Quanto a Grasso, che si sente uomo delle istituzioni a fine legislatura, avrà certo modo di dimostrare in futuro la sua fedeltà alle istituzioni italiane pur non avendo esitato un istante illo tempore ad accettare la carica di presidente del Senato nonostante i suoi evidenti limiti espressivi e culturali.

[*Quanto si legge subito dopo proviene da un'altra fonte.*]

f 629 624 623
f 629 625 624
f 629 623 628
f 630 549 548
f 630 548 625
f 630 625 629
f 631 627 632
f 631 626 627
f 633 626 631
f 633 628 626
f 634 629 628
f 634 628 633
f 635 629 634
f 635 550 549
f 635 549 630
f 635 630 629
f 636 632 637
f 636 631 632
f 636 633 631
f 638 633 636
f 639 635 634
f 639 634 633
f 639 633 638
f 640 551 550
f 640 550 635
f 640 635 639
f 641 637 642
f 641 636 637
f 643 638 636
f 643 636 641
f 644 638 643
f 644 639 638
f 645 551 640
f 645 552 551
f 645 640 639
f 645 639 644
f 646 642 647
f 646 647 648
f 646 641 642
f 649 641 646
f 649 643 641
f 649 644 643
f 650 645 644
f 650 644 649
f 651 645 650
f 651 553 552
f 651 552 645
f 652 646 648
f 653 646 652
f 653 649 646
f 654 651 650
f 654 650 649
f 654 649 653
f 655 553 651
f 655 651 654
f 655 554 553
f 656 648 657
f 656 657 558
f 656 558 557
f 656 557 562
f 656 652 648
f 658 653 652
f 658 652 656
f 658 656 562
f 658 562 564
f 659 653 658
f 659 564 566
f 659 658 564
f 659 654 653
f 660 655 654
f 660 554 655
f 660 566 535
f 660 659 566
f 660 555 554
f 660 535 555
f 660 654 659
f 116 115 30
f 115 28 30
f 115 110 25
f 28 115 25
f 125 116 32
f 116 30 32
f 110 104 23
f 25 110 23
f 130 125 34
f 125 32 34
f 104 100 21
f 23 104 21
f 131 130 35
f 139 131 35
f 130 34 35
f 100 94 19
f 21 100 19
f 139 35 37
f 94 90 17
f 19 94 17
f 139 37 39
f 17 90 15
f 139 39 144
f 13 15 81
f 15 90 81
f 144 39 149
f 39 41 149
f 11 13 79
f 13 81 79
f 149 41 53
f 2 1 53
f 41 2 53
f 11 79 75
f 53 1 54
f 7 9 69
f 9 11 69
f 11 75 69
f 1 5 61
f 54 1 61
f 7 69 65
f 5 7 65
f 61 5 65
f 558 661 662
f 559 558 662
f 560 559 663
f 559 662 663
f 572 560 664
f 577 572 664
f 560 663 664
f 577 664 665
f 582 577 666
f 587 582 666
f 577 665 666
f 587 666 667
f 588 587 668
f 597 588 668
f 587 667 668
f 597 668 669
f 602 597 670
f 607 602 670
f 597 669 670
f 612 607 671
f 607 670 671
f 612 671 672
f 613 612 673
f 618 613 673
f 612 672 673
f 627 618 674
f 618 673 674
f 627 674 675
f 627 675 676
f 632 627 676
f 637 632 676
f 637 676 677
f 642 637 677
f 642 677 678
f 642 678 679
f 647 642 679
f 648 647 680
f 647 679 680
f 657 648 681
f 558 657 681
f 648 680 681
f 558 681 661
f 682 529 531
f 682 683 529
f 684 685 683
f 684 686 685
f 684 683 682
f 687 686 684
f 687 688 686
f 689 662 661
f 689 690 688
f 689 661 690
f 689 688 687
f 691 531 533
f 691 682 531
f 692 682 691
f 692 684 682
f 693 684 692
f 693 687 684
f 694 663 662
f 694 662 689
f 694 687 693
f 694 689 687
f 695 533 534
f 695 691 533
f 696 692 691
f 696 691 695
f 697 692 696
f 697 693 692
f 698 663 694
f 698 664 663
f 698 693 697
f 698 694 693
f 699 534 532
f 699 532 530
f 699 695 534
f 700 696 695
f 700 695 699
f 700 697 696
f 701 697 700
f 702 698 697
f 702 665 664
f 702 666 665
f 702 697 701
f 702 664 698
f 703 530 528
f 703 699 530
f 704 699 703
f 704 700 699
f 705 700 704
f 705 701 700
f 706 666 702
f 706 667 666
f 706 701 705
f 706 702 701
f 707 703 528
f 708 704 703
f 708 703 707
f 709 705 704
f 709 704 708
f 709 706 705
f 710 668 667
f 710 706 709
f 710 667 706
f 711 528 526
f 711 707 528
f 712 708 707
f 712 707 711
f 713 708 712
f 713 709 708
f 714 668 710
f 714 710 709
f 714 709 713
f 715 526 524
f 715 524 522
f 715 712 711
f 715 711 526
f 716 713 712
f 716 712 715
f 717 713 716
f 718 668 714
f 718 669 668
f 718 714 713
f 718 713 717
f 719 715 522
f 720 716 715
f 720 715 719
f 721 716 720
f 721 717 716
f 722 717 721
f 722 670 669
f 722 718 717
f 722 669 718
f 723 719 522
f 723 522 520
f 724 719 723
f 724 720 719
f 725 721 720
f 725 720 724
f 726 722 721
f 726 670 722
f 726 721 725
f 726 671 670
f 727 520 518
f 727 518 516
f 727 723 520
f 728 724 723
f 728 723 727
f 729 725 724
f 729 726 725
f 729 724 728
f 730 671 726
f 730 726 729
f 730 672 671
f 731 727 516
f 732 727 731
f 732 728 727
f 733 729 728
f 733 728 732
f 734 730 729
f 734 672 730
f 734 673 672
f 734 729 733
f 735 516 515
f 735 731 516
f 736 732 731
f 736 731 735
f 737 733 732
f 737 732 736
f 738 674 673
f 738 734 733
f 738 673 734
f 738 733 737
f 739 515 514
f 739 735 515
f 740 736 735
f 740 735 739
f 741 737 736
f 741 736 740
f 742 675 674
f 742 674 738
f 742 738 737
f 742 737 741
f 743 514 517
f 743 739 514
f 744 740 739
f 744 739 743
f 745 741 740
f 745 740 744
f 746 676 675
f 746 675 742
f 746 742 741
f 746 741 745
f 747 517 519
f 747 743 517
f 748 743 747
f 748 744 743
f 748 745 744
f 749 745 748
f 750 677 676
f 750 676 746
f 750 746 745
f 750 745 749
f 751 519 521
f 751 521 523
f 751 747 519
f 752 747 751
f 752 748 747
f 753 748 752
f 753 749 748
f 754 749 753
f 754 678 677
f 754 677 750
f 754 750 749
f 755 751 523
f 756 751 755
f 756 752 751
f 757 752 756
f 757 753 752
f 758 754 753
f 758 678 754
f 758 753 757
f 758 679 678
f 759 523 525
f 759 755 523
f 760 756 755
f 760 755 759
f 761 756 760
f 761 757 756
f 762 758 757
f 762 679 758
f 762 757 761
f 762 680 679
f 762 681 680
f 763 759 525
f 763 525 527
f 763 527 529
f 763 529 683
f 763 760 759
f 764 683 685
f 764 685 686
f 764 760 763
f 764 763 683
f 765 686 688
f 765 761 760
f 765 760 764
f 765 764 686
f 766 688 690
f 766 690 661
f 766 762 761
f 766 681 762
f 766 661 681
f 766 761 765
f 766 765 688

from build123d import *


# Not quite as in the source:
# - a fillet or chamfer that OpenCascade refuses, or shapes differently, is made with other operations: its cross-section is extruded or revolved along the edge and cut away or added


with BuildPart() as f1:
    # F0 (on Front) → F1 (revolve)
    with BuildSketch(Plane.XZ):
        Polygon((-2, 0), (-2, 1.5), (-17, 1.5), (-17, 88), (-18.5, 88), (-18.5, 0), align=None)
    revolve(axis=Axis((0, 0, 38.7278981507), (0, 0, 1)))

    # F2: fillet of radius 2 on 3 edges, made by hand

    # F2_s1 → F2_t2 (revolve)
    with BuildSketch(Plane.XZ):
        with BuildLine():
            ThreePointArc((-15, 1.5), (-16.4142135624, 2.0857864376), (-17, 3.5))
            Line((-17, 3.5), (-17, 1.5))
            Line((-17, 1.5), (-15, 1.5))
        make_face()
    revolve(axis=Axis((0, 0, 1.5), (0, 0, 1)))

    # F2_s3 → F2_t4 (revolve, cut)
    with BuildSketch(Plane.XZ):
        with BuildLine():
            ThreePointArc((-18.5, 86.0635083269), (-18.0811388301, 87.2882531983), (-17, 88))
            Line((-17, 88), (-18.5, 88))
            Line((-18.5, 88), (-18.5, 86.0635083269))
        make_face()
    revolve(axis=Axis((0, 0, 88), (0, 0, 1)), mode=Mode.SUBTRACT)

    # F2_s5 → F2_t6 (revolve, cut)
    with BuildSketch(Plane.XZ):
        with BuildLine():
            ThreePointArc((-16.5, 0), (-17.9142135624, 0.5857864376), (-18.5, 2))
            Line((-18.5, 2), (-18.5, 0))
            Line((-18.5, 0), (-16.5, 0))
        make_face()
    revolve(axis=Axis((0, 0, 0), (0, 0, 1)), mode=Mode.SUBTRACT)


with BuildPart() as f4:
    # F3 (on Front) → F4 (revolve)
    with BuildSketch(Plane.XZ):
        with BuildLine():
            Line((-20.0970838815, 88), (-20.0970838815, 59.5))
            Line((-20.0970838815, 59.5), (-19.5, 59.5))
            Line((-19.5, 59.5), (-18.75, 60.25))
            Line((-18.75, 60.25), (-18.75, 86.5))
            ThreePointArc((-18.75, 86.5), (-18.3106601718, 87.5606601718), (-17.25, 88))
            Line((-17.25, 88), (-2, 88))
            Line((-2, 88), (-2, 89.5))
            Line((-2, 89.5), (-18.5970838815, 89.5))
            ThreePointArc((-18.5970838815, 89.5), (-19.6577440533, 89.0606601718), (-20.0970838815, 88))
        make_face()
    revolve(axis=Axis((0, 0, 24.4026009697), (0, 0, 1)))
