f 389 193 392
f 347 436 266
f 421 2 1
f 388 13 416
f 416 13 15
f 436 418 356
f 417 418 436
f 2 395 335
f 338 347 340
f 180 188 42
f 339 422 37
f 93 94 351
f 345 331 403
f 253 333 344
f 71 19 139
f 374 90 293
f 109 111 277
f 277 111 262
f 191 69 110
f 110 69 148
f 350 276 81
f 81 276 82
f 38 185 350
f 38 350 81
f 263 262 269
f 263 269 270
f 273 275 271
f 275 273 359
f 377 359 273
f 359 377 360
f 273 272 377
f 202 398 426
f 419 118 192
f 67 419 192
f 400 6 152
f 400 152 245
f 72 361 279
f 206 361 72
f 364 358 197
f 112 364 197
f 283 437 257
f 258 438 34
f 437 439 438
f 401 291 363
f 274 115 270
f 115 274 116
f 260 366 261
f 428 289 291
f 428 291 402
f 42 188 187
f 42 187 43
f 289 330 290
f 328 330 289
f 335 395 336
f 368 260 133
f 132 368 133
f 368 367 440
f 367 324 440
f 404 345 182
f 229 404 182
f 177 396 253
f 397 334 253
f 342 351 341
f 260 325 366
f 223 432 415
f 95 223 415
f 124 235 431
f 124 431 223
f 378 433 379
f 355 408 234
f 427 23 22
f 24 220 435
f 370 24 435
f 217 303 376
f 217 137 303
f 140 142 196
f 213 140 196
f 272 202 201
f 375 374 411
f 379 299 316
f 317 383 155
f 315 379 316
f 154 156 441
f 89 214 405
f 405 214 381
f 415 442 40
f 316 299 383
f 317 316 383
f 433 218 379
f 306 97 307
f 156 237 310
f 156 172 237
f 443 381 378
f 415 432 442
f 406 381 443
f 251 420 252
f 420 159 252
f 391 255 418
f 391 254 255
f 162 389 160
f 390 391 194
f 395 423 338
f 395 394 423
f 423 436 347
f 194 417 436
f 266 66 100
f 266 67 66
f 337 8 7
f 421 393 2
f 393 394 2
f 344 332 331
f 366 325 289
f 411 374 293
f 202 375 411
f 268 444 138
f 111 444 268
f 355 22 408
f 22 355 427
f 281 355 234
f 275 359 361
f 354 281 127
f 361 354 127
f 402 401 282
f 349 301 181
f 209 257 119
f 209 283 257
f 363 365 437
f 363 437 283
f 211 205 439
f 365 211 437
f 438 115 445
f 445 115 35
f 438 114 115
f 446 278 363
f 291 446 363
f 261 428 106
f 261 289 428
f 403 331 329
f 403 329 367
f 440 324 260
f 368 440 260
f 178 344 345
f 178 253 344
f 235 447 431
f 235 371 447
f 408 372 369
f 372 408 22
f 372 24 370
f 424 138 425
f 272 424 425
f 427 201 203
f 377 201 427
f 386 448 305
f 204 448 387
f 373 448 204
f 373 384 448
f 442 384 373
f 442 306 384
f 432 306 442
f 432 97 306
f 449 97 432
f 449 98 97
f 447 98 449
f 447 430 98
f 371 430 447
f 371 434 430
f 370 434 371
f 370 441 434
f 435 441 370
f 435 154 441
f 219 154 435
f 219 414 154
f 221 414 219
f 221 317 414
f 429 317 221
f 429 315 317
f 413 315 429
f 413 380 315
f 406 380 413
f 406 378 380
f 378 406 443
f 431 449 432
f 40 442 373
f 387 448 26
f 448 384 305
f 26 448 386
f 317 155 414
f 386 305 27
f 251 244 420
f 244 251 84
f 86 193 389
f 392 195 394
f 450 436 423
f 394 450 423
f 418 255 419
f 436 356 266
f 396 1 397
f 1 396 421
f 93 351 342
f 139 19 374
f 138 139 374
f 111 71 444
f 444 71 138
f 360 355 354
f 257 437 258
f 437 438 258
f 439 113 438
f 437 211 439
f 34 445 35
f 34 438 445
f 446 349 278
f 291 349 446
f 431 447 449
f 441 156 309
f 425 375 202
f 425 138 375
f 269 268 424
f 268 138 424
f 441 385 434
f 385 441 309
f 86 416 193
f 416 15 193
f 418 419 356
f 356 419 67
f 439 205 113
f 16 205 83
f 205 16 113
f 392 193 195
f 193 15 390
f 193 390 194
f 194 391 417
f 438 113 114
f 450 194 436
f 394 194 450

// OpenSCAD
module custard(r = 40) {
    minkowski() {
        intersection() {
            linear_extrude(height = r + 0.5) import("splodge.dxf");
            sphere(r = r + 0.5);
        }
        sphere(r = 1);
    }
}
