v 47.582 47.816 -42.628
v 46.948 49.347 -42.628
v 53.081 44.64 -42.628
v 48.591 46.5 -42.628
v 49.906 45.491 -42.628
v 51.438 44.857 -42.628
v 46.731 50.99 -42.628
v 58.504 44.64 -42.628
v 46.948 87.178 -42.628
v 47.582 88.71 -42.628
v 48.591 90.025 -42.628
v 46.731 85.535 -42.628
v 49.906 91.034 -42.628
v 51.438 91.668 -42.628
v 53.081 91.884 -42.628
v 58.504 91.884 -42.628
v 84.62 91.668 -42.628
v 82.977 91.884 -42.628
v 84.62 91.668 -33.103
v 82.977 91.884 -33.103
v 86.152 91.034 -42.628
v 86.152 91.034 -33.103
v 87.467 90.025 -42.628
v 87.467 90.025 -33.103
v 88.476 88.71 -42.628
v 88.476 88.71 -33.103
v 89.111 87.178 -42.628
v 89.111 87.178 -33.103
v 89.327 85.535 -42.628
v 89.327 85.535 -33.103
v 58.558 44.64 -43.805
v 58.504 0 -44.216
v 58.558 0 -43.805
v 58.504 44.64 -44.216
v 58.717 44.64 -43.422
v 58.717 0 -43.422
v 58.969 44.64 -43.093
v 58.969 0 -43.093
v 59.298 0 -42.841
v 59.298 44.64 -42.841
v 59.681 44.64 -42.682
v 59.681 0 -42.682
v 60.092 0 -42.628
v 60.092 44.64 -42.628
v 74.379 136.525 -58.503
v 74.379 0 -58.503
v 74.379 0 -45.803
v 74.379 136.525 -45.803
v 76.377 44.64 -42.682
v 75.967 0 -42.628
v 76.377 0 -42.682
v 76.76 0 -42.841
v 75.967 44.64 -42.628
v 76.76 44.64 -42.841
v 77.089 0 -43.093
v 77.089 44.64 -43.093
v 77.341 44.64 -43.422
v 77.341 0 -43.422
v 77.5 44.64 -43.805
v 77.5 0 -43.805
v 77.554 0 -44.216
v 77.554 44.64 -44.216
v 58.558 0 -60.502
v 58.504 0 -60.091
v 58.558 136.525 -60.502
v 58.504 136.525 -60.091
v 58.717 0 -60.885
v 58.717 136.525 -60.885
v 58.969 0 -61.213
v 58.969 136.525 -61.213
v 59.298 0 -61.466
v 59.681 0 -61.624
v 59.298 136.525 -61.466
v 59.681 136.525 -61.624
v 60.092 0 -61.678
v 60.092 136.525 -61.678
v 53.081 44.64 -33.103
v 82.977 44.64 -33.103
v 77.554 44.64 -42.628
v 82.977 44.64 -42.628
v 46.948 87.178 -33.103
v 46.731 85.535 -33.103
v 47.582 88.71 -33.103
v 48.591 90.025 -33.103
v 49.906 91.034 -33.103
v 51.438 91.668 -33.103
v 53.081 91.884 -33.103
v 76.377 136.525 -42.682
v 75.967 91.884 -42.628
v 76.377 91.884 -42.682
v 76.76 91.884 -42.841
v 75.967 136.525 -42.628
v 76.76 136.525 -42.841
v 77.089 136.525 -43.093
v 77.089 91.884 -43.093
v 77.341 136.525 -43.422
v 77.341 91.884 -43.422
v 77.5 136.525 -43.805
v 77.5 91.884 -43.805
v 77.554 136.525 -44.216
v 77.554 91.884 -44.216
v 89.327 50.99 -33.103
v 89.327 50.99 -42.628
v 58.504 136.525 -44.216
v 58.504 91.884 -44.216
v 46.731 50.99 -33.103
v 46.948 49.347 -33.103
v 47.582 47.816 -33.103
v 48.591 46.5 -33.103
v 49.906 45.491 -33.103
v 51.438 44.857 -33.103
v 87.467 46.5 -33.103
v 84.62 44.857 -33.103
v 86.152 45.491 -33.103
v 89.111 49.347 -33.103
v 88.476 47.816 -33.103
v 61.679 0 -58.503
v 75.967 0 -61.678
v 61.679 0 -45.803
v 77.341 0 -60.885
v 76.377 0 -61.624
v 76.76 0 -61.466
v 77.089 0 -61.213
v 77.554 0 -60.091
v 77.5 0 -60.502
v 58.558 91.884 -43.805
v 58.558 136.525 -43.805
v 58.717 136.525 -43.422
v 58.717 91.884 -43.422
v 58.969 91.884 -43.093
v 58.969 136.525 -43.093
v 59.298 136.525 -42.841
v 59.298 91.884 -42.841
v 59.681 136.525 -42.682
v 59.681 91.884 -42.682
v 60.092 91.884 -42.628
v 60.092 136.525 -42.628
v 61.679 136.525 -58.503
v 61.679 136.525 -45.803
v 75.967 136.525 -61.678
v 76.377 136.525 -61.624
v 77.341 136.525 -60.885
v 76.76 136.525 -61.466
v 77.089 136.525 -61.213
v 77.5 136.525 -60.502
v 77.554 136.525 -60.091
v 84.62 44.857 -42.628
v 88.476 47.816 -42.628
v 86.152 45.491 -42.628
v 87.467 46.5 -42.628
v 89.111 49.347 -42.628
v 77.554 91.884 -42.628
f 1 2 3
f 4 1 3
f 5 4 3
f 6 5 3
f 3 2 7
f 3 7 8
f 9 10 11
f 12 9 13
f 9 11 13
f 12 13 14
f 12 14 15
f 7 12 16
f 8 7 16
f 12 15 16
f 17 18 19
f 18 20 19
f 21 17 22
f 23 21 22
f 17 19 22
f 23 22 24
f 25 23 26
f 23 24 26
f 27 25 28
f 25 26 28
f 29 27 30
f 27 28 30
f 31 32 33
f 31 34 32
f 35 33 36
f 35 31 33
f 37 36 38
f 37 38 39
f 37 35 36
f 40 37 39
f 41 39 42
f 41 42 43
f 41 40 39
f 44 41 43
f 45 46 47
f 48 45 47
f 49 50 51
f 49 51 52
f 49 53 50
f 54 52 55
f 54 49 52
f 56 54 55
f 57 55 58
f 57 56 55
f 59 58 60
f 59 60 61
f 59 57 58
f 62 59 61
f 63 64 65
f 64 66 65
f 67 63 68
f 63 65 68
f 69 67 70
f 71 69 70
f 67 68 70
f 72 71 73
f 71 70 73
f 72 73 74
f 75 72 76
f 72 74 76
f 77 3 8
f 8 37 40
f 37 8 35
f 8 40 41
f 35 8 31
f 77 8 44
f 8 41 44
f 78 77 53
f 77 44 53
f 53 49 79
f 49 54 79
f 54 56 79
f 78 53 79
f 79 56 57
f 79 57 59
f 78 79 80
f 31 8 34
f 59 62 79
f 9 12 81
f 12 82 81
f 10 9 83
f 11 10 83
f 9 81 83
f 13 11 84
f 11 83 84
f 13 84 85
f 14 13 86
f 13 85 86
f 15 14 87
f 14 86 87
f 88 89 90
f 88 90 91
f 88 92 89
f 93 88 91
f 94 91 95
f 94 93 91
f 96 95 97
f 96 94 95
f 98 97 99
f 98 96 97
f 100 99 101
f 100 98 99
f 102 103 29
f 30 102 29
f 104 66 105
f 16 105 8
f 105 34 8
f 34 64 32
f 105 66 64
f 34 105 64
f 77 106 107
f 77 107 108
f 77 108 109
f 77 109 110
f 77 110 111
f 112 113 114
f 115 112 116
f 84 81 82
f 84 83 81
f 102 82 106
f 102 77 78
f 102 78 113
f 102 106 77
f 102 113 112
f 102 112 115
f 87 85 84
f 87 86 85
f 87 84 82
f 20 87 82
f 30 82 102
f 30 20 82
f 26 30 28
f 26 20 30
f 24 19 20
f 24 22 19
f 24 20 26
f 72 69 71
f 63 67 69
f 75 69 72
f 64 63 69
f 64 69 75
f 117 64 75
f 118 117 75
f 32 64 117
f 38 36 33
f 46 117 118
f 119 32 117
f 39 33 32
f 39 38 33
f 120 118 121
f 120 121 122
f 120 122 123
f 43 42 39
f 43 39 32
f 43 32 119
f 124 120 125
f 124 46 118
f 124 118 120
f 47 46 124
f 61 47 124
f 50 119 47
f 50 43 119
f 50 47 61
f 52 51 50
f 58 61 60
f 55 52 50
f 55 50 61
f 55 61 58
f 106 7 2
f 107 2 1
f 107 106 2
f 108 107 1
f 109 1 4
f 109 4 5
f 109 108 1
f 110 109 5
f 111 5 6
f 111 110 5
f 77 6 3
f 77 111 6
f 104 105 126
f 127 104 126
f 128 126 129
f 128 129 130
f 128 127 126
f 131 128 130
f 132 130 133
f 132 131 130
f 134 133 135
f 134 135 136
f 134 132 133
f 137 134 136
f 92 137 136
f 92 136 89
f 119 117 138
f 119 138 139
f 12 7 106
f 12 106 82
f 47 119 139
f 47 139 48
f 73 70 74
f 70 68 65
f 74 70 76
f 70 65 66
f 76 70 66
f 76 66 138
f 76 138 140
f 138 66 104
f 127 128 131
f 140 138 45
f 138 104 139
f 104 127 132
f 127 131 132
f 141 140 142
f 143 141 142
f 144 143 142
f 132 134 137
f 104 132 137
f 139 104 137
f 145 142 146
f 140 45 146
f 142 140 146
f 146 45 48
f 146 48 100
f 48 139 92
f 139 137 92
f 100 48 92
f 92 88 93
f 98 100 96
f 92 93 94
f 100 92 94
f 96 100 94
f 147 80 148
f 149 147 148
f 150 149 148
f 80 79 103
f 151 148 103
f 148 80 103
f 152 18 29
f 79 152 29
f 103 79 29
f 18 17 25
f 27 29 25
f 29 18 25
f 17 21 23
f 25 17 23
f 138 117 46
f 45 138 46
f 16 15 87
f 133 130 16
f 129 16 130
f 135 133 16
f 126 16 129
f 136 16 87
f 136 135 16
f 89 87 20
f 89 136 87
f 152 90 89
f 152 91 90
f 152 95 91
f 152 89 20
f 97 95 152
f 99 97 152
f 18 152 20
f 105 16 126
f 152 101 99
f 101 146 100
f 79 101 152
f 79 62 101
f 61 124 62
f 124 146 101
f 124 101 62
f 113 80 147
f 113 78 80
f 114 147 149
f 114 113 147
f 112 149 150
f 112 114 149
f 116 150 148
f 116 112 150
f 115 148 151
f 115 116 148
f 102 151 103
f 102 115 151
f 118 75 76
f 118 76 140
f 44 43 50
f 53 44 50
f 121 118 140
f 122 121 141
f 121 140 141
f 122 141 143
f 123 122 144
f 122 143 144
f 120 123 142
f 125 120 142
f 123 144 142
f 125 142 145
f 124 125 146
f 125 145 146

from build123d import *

# Parameters (mm, degrees)
F0_W     = 19.05
F0_H     = 19.05
F0_W_2   = 12.7
F0_H_2   = 12.7
F1_DEPTH = 136.525
F2_W     = 42.5958
F2_H     = 47.244
F3_DEPTH = 9.525
F4_R     = 6.35
F5_R     = 1.5875


with BuildPart() as f1:
    # F0 (on Front) → F1 (new body)
    with BuildSketch(Plane.XZ):
        with Locations((68.0290833116, -52.153282702)):
            Rectangle(F0_W, F0_H)
        with Locations((68.0290833116, -52.153282702)):
            Rectangle(F0_W_2, F0_H_2, mode=Mode.SUBTRACT)
    extrude(amount=-F1_DEPTH)

    # F2 (on face) → F3 (join)
    with BuildSketch(Plane.XY.offset(-42.628282702)):
        with Locations((68.0290833116, 68.2625)):
            Rectangle(F2_W, F2_H)
    extrude(amount=F3_DEPTH)

    # F4
    f4_edges = [f1.edges().sort_by_distance(p)[0] for p in [
        (89.326983, 44.6405, -37.865783),
        (89.326983, 91.8845, -37.865783),
        (46.731183, 44.6405, -37.865783),
        (46.731183, 91.8845, -37.865783),
    ]]
    fillet(f4_edges, radius=F4_R)

    # F5
    f5_edges = [f1.edges().sort_by_distance(p)[0] for p in [
        (77.554083, 68.2625, -61.678283),
        (58.504083, 68.2625, -61.678283),
        (58.504083, 22.32025, -42.628283),
        (77.554083, 22.32025, -42.628283),
        (58.504083, 114.20475, -42.628283),
        (77.554083, 114.20475, -42.628283),
    ]]
    fillet(f5_edges, radius=F5_R)


solid = f1.part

Le istituzioni non sono un feticcio ma sono importanti e degne di essere rispettate nei limiti in cui siano realmente funzionali al benessere materiale ed etico-civile di un popolo: Renzi ha dimostrato di esserne ben consapevole in Europa nel non esitare a chiedere a voce alta una radicale riforma dell’istituzione europea e di tutti i suoi meccanismi amministrativi e finanziari, ha dimostrato di esserne consapevole oggi (illazioni interessate a parte) contro la massima istituzione bancaria italiana nel chiedere la rimozione del suo direttore per non aver vigilato adeguatamente negli anni scorsi sulla correttezza gestionale di molti istituti bancari italiani poi risultati fallimentari con grave danno degli stessi risparmiatori italiani, ma indirettamente ha dimostrato anche di sapere che non potrà nascondersi dietro un ruolo istituzionale se e quando gli dovesse malauguratamente succedere di non tutelare abbastanza gli interessi generali del popolo italiano e in particolare quelli dei cittadini meno agiati. Peraltro, a ben vedere, resta opinabile che egli si sia reso reo di sgarbi istituzionali in senso formale, dal momento che, alla luce delle leggi vigenti, era sua facoltà sia di disapprovare l’operato di Ignazio Visco, sia di mettere la fiducia anche in Senato sulla legge elettorale. Gli umori personali di questo o di quel personaggio lasciano il tempo che trovano e fa bene Renzi a non curarsene. Chi oggi è migliore di lui, scagli la prima pietra! Ma l’invito, naturalmente, non è estensibile a sciacalli, ad uomini senza scrupoli e a conclamati lestofanti del mondo politico italiano.